A complexidade e a criatividade transformam os currículos educativos

Qualquer projeto de conhecimento deve ser ao mesmo tempo  projeto de conhecimento do conhecimento, a Complexidade inspira uma série de sugestões  meta-paradigmáticas para orientar o educador-designer de programas educacionais e, conferir marcos ao planejamento de uma estratégia mais flexível e integradora da organização dos conteúdos curriculares. Por Nicolás Malinowski.

Tradicionalmente, e desde a formação inicial até os níveis mais avançados, a questão dos conteúdos educacionais é organizado de uma forma linear: cada semestre ou trimestre representa uma coluna, e o estudante passa assim sucessivamente por uma etapa, através da sanção dos exames, até o final da sua trajetória de estudos.

Esta realidade não é monopólio de nenhuma área disciplinar em particular, mas sim herança de modelos cognoscitivos fundadores do pensamento moderno. O filósofo e sociólogo Auguste Comte, durante a primeira metade do século XIX, forneceu as bases doutrinais do positivismo, entendido como a fé no progresso contínuo da ciência e, conseqüentemente, da humanidade - ao mesmo tempo que a necessidade metodológica de uma disjunção disciplinar pensada como natural: "Uma disciplina se define completamente por seu objeto positivo e seu método de investigação" (1)

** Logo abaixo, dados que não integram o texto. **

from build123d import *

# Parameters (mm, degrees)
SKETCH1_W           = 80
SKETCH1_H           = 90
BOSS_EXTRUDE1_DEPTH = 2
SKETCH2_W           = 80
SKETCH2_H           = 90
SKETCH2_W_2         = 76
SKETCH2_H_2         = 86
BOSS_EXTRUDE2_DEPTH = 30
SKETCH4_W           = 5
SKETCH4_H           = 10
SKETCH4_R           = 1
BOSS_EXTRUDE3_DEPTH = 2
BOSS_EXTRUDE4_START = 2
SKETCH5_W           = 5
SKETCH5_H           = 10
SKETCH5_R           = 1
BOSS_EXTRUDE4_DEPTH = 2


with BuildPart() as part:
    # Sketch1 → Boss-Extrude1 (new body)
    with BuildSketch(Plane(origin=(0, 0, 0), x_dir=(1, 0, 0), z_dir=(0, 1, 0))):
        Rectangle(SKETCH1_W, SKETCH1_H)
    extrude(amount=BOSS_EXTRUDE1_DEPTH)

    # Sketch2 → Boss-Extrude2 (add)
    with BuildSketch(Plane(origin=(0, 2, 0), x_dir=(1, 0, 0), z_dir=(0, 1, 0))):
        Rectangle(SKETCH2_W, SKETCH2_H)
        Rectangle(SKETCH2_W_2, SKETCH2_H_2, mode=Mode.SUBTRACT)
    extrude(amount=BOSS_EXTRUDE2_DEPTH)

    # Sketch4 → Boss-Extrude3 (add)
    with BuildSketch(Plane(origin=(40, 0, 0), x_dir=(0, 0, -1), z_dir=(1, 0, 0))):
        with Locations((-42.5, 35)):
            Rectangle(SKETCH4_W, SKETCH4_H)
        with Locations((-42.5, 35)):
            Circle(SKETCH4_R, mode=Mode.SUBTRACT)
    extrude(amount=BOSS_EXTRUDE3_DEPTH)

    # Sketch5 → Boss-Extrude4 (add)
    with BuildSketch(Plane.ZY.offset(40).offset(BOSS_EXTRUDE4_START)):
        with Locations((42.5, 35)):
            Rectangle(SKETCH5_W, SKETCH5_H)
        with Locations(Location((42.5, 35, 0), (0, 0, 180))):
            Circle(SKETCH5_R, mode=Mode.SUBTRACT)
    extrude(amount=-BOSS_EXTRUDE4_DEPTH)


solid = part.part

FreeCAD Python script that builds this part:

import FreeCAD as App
import Part
import Sketcher
Q = App.Units.Quantity


def add_polygon(sketch, points):
    """Adds a closed chain of lines whose ends are joined by coincident constraints."""
    first, n = sketch.GeometryCount, len(points)
    for a, b in zip(points, points[1:] + points[:1]):
        sketch.addGeometry(Part.LineSegment(App.Vector(*a, 0), App.Vector(*b, 0)), False)
    for i in range(n):
        sketch.addConstraint(Sketcher.Constraint("Coincident", first + i, 2, first + (i + 1) % n, 1))

doc = App.newDocument("Part")
body = doc.addObject("PartDesign::Body", "Body")

sketch1 = doc.addObject("Sketcher::SketchObject", "Sketch")
body.addObject(sketch1)
sketch1.AttachmentSupport = (doc.XZ_Plane, [""])
sketch1.MapMode = "FlatFace"
add_polygon(sketch1, [(-40, -45), (-40, 45), (40, 45), (40, -45)])
sketch1.addConstraint([
    Sketcher.Constraint("Vertical", 0),
    Sketcher.Constraint("Horizontal", 1),
    Sketcher.Constraint("Vertical", 2),
    Sketcher.Constraint("Horizontal", 3),
    Sketcher.Constraint("Symmetric", 0, 2, 2, 2, -1, 1),
    Sketcher.Constraint("DistanceX", 1, 1, 1, 2, Q("80 mm")),
    Sketcher.Constraint("DistanceY", 0, 1, 0, 2, Q("90 mm")),
])
pad1 = doc.addObject("PartDesign::Pad", "Pad")
body.addObject(pad1)
pad1.Profile = sketch1
pad1.Length = 2
pad1.Reversed = True

sketch2 = doc.addObject("Sketcher::SketchObject", "Sketch001")
body.addObject(sketch2)
sketch2.AttachmentSupport = (doc.XZ_Plane, [""])
sketch2.MapMode = "FlatFace"
sketch2.AttachmentOffset = App.Placement(App.Vector(0, 0, -2), App.Rotation())
add_polygon(sketch2, [(-40, -45), (-40, 45), (40, 45), (40, -45)])
add_polygon(sketch2, [(38, 43), (-38, 43), (-38, -43), (38, -43)])
sketch2.addConstraint([
    Sketcher.Constraint("Vertical", 0),
    Sketcher.Constraint("Horizontal", 1),
    Sketcher.Constraint("Vertical", 2),
    Sketcher.Constraint("Horizontal", 3),
    Sketcher.Constraint("Horizontal", 4),
    Sketcher.Constraint("Vertical", 5),
    Sketcher.Constraint("Horizontal", 6),
    Sketcher.Constraint("Vertical", 7),
    Sketcher.Constraint("Symmetric", 0, 2, 2, 2, -1, 1),
    Sketcher.Constraint("Symmetric", 4, 2, 6, 2, -1, 1),
    Sketcher.Constraint("DistanceX", 1, 1, 1, 2, Q("80 mm")),
    Sketcher.Constraint("DistanceX", 4, 2, 4, 1, Q("76 mm")),
    Sketcher.Constraint("DistanceY", 0, 1, 0, 2, Q("90 mm")),
    Sketcher.Constraint("DistanceY", 5, 2, 5, 1, Q("86 mm")),
])
pad2 = doc.addObject("PartDesign::Pad", "Pad001")
body.addObject(pad2)
pad2.Profile = sketch2
pad2.Length = 30
pad2.Reversed = True

sketch3 = doc.addObject("Sketcher::SketchObject", "Sketch002")
body.addObject(sketch3)
sketch3.AttachmentSupport = (doc.YZ_Plane, [""])
sketch3.MapMode = "FlatFace"
sketch3.AttachmentOffset = App.Placement(App.Vector(0, 0, 40), App.Rotation())
add_polygon(sketch3, [(40, 45), (30, 45), (30, 40), (40, 40)])
sketch3.addGeometry(Part.Circle(App.Vector(35, 42.5, 0), App.Vector(0, 0, 1), 1), False)
sketch3.addConstraint([
    Sketcher.Constraint("Horizontal", 0),
    Sketcher.Constraint("Vertical", 1),
    Sketcher.Constraint("Horizontal", 2),
    Sketcher.Constraint("Vertical", 3),
    Sketcher.Constraint("Diameter", 4, Q("2 mm")),
    Sketcher.Constraint("DistanceX", 0, 2, 0, 1, Q("10 mm")),
    Sketcher.Constraint("DistanceY", 1, 2, 1, 1, Q("5 mm")),
    Sketcher.Constraint("DistanceX", -1, 1, 4, 3, Q("35 mm")),
    Sketcher.Constraint("DistanceX", -1, 1, 0, 2, Q("30 mm")),
    Sketcher.Constraint("DistanceY", -1, 1, 0, 2, Q("45 mm")),
    Sketcher.Constraint("DistanceY", -1, 1, 4, 3, Q("42.5 mm")),
])
pad3 = doc.addObject("PartDesign::Pad", "Pad002")
body.addObject(pad3)
pad3.Profile = sketch3
pad3.Length = 2

sketch4 = doc.addObject("Sketcher::SketchObject", "Sketch003")
body.addObject(sketch4)
sketch4.AttachmentSupport = (doc.YZ_Plane, [""])
sketch4.MapMode = "FlatFace"
sketch4.AttachmentOffset = App.Placement(App.Vector(0, 0, -42), App.Rotation())
add_polygon(sketch4, [(40, 40), (30, 40), (30, 45), (40, 45)])
sketch4.addGeometry(Part.Circle(App.Vector(35, 42.5, 0), App.Vector(0, 0, 1), 1), False)
sketch4.addConstraint([
    Sketcher.Constraint("Horizontal", 0),
    Sketcher.Constraint("Vertical", 1),
    Sketcher.Constraint("Horizontal", 2),
    Sketcher.Constraint("Vertical", 3),
    Sketcher.Constraint("Diameter", 4, Q("2 mm")),
    Sketcher.Constraint("DistanceX", 0, 2, 0, 1, Q("10 mm")),
    Sketcher.Constraint("DistanceY", 1, 1, 1, 2, Q("5 mm")),
    Sketcher.Constraint("DistanceX", -1, 1, 4, 3, Q("35 mm")),
    Sketcher.Constraint("DistanceX", -1, 1, 0, 2, Q("30 mm")),
    Sketcher.Constraint("DistanceY", -1, 1, 0, 2, Q("40 mm")),
    Sketcher.Constraint("DistanceY", -1, 1, 4, 3, Q("42.5 mm")),
])
pad4 = doc.addObject("PartDesign::Pad", "Pad003")
body.addObject(pad4)
pad4.Profile = sketch4
pad4.Length = 2

doc.recompute()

A forma de aquisição de conhecimento tem, portanto, evoluído, desde as bases de seu paradigma cartesiano-positivista dominante há mais de dois séculos, e tão intimamente associado com a ciência e a tecnologia baseada na ideia  hiperparcelação dos objetos de estudo.


Os problemas considerados e as soluções propostas são cada vez mais artificialmente simples e, consequentemente, não somos capazes de resolver os problemas mais fundamentais da humanidade, mais complexos e globais, para gerar formas muito perversas de condicionamento intelectual. (2)


Nesta perspectiva clássica, o currículo tende a ser concebido como uma metodologia própria às ciências da educação, contando com um propósito prévio e uma série de passos estruturados, mecânicos para obtê-lo.

La complejidad y la creatividad transforman los currículos educativos

Do planejamento educativo ao desenho estratégico
 

Hoje, se as sociedades parecem incapazes de lidar com problemas globais fundamentais (meio ambiente, Geopolítica, Direitos Humanos ...), é porque um déficit da inteligibilidade aparece claramente em um mundo onde as interdependências de todos os tipos aumentam, induzindo um processo rápido de obsolescência dos nossos quadros de pensamento e nossos conhecimentos técnicos, das nossas instituições e dos nossos métodos de gestão. 

A Transdisciplinaridade induzida pela complexidade, permite teoricamente superar as simplificações de uma ciência muito ainda caracterizada pelo determinismo e pelo positivismo. Postular uma realidade que se impõe aos olhos do pesquisador e observador do mundo ao redor é, provavelmente, o primeiro erro intelectual para a produção e organização do conhecimento. 


Esta realidade só existe no olhar que colocamos sobre ela. Portanto, o conhecimento aparece como um produto objetivado, e tampouco objetivo, entre o que quer conhecer e incluir e o fenômeno observado cuja existência se supõe. A questão da ética do conhecimento torna-se central, liberando-se de marais pragmáticas ou políticas, e reafirmando - triunfalmente - o papel central do ser pensante na construção dos conhecimentos.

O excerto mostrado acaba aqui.